(Stored items)

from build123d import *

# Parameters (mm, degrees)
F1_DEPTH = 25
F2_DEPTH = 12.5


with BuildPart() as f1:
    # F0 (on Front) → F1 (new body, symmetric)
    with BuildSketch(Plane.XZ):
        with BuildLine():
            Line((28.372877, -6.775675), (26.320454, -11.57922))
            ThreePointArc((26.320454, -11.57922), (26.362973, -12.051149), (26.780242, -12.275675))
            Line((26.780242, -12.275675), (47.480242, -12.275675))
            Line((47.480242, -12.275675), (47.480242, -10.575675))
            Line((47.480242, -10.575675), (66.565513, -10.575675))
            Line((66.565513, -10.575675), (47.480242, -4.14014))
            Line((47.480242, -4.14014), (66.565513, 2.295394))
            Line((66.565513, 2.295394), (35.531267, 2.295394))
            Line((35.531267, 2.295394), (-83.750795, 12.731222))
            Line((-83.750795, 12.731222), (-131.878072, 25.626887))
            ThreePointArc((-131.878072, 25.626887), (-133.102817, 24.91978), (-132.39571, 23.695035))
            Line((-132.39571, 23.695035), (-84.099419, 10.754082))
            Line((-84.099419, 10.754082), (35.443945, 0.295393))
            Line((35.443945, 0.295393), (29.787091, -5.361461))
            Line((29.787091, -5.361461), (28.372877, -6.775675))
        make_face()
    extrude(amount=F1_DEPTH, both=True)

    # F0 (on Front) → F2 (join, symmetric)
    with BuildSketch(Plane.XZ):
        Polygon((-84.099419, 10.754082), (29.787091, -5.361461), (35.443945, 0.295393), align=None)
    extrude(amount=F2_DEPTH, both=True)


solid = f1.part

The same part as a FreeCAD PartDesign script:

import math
import FreeCAD as App
import Part
import Sketcher
from FreeCAD import Vector
Q = App.Units.Quantity


def add_polygon(sketch, points):
    """Adds a closed chain of lines whose ends are joined by coincident constraints."""
    first, n = sketch.GeometryCount, len(points)
    for a, b in zip(points, points[1:] + points[:1]):
        sketch.addGeometry(Part.LineSegment(App.Vector(*a, 0), App.Vector(*b, 0)), False)
    for i in range(n):
        sketch.addConstraint(Sketcher.Constraint("Coincident", first + i, 2, first + (i + 1) % n, 1))

doc = App.newDocument("Part")
body = doc.addObject("PartDesign::Body", "Body")

sketch1 = body.newObject("Sketcher::SketchObject", "Sketch")
sketch1.AttachmentSupport = (doc.getObject("XZ_Plane"), [""])
sketch1.MapMode = "FlatFace"
sketch1.addGeometry([
    Part.LineSegment(Vector(28.372877, -6.775675, 0), Vector(26.320454, -11.57922, 0)),
    Part.ArcOfCircle(Part.Circle(Vector(26.780243, -11.775675, 0), Vector(0, 0, 1), 0.5), math.radians(156.864367), math.radians(269.99989)),
    Part.LineSegment(Vector(26.780242, -12.275675, 0), Vector(47.480242, -12.275675, 0)),
    Part.LineSegment(Vector(47.480242, -12.275675, 0), Vector(47.480242, -10.575675, 0)),
    Part.LineSegment(Vector(47.480242, -10.575675, 0), Vector(66.565513, -10.575675, 0)),
    Part.LineSegment(Vector(66.565513, -10.575675, 0), Vector(47.480242, -4.14014, 0)),
    Part.LineSegment(Vector(47.480242, -4.14014, 0), Vector(66.565513, 2.295394, 0)),
    Part.LineSegment(Vector(66.565513, 2.295394, 0), Vector(35.531267, 2.295394, 0)),
    Part.LineSegment(Vector(35.531267, 2.295394, 0), Vector(-83.750795, 12.731222, 0)),
    Part.LineSegment(Vector(-83.750795, 12.731222, 0), Vector(-131.878072, 25.626887, 0)),
    Part.ArcOfCircle(Part.Circle(Vector(-132.136891, 24.660961, 0), Vector(0, 0, 1), 1), math.radians(75.000005), math.radians(255.000005)),
    Part.LineSegment(Vector(-132.39571, 23.695035, 0), Vector(-84.099419, 10.754082, 0)),
    Part.LineSegment(Vector(-84.099419, 10.754082, 0), Vector(35.443945, 0.295393, 0)),
    Part.LineSegment(Vector(35.443945, 0.295393, 0), Vector(28.372877, -6.775675, 0)),
], False)
sketch1.addConstraint([
    Sketcher.Constraint("Tangent", 0, 2, 1, 1),
    Sketcher.Constraint("Tangent", 1, 2, 2, 1),
    Sketcher.Constraint("Coincident", 2, 2, 3, 1),
    Sketcher.Constraint("Coincident", 3, 2, 4, 1),
    Sketcher.Constraint("Coincident", 4, 2, 5, 1),
    Sketcher.Constraint("Coincident", 5, 2, 6, 1),
    Sketcher.Constraint("Coincident", 6, 2, 7, 1),
    Sketcher.Constraint("Coincident", 7, 2, 8, 1),
    Sketcher.Constraint("Coincident", 8, 2, 9, 1),
    Sketcher.Constraint("Tangent", 9, 2, 10, 1),
    Sketcher.Constraint("Tangent", 10, 2, 11, 1),
    Sketcher.Constraint("Coincident", 11, 2, 12, 1),
    Sketcher.Constraint("Coincident", 12, 2, 13, 1),
    Sketcher.Constraint("Coincident", 13, 2, 0, 1),
    Sketcher.Constraint("Horizontal", 2),
    Sketcher.Constraint("Vertical", 3),
    Sketcher.Constraint("Horizontal", 4),
    Sketcher.Constraint("Horizontal", 7),
    Sketcher.Constraint("Parallel", 9, 11),
    Sketcher.Constraint("Parallel", 8, 12),
    Sketcher.Constraint("Vertical", 3, 2, 5, 2),
    Sketcher.Constraint("Vertical", 4, 2, 6, 2),
    Sketcher.Constraint("Equal", 5, 6),
    Sketcher.Constraint("Radius", 10, Q("1 mm")),
    Sketcher.Constraint("Radius", 1, Q("0.5 mm")),
    Sketcher.Constraint("Angle", 8, Q("175 deg")),
    Sketcher.Constraint("Angle", 9, Q("165 deg")),
    Sketcher.Constraint("Angle", 13, Q("-135 deg")),
    Sketcher.Constraint("Distance", 11, Q("50 mm")),
    Sketcher.Constraint("Distance", 12, Q("120 mm")),
    Sketcher.Constraint("Distance", 13, Q("10 mm")),
    Sketcher.Constraint("DistanceX", 2, 1, 2, 2, Q("20.7 mm")),
    Sketcher.Constraint("DistanceY", 3, 1, 3, 2, Q("1.7 mm")),
    Sketcher.Constraint("DistanceY", 12, 2, 7, 2, Q("2.000001 mm")),
    Sketcher.Constraint("DistanceY", 1, 3, 13, 2, Q("5 mm")),
    Sketcher.Constraint("Distance", 8, Q("119.7377 mm")),
    Sketcher.Constraint("DistanceX", 4, 1, 4, 2, Q("19.085271 mm")),
    Sketcher.Constraint("DistanceY", 0, 2, 11, 2, Q("22.333302 mm")),
    Sketcher.Constraint("DistanceX", 10, 3, -1, 1, Q("132.136891 mm")),
    Sketcher.Constraint("DistanceY", -1, 1, 10, 3, Q("24.660961 mm")),
])
pad1 = body.newObject("PartDesign::Pad", "Pad")
pad1.Profile = sketch1
pad1.Length = 50
pad1.Midplane = True

sketch2 = body.newObject("Sketcher::SketchObject", "Sketch001")
sketch2.AttachmentSupport = (doc.getObject("XZ_Plane"), [""])
sketch2.MapMode = "FlatFace"
add_polygon(sketch2, [(-84.099419, 10.754082), (29.787091, -5.361461), (35.443945, 0.295393)])
sketch2.addConstraint([
    Sketcher.Constraint("Angle", 1, Q("45 deg")),
    Sketcher.Constraint("Angle", 2, Q("175 deg")),
    Sketcher.Constraint("Distance", 1, Q("8 mm")),
    Sketcher.Constraint("Distance", 2, Q("120 mm")),
    Sketcher.Constraint("DistanceX", -1, 1, 0, 2, Q("29.787091 mm")),
    Sketcher.Constraint("DistanceY", 0, 2, -1, 1, Q("5.361461 mm")),
])
pad2 = body.newObject("PartDesign::Pad", "Pad001")
pad2.Profile = sketch2
pad2.Length = 25
pad2.Midplane = True

doc.recompute()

#### [WHAT TO WORK ON]
Say how many lines of the data include the word "both". Nothing other than the number should be given.

#### [RESULT FOR THIS TASK]
2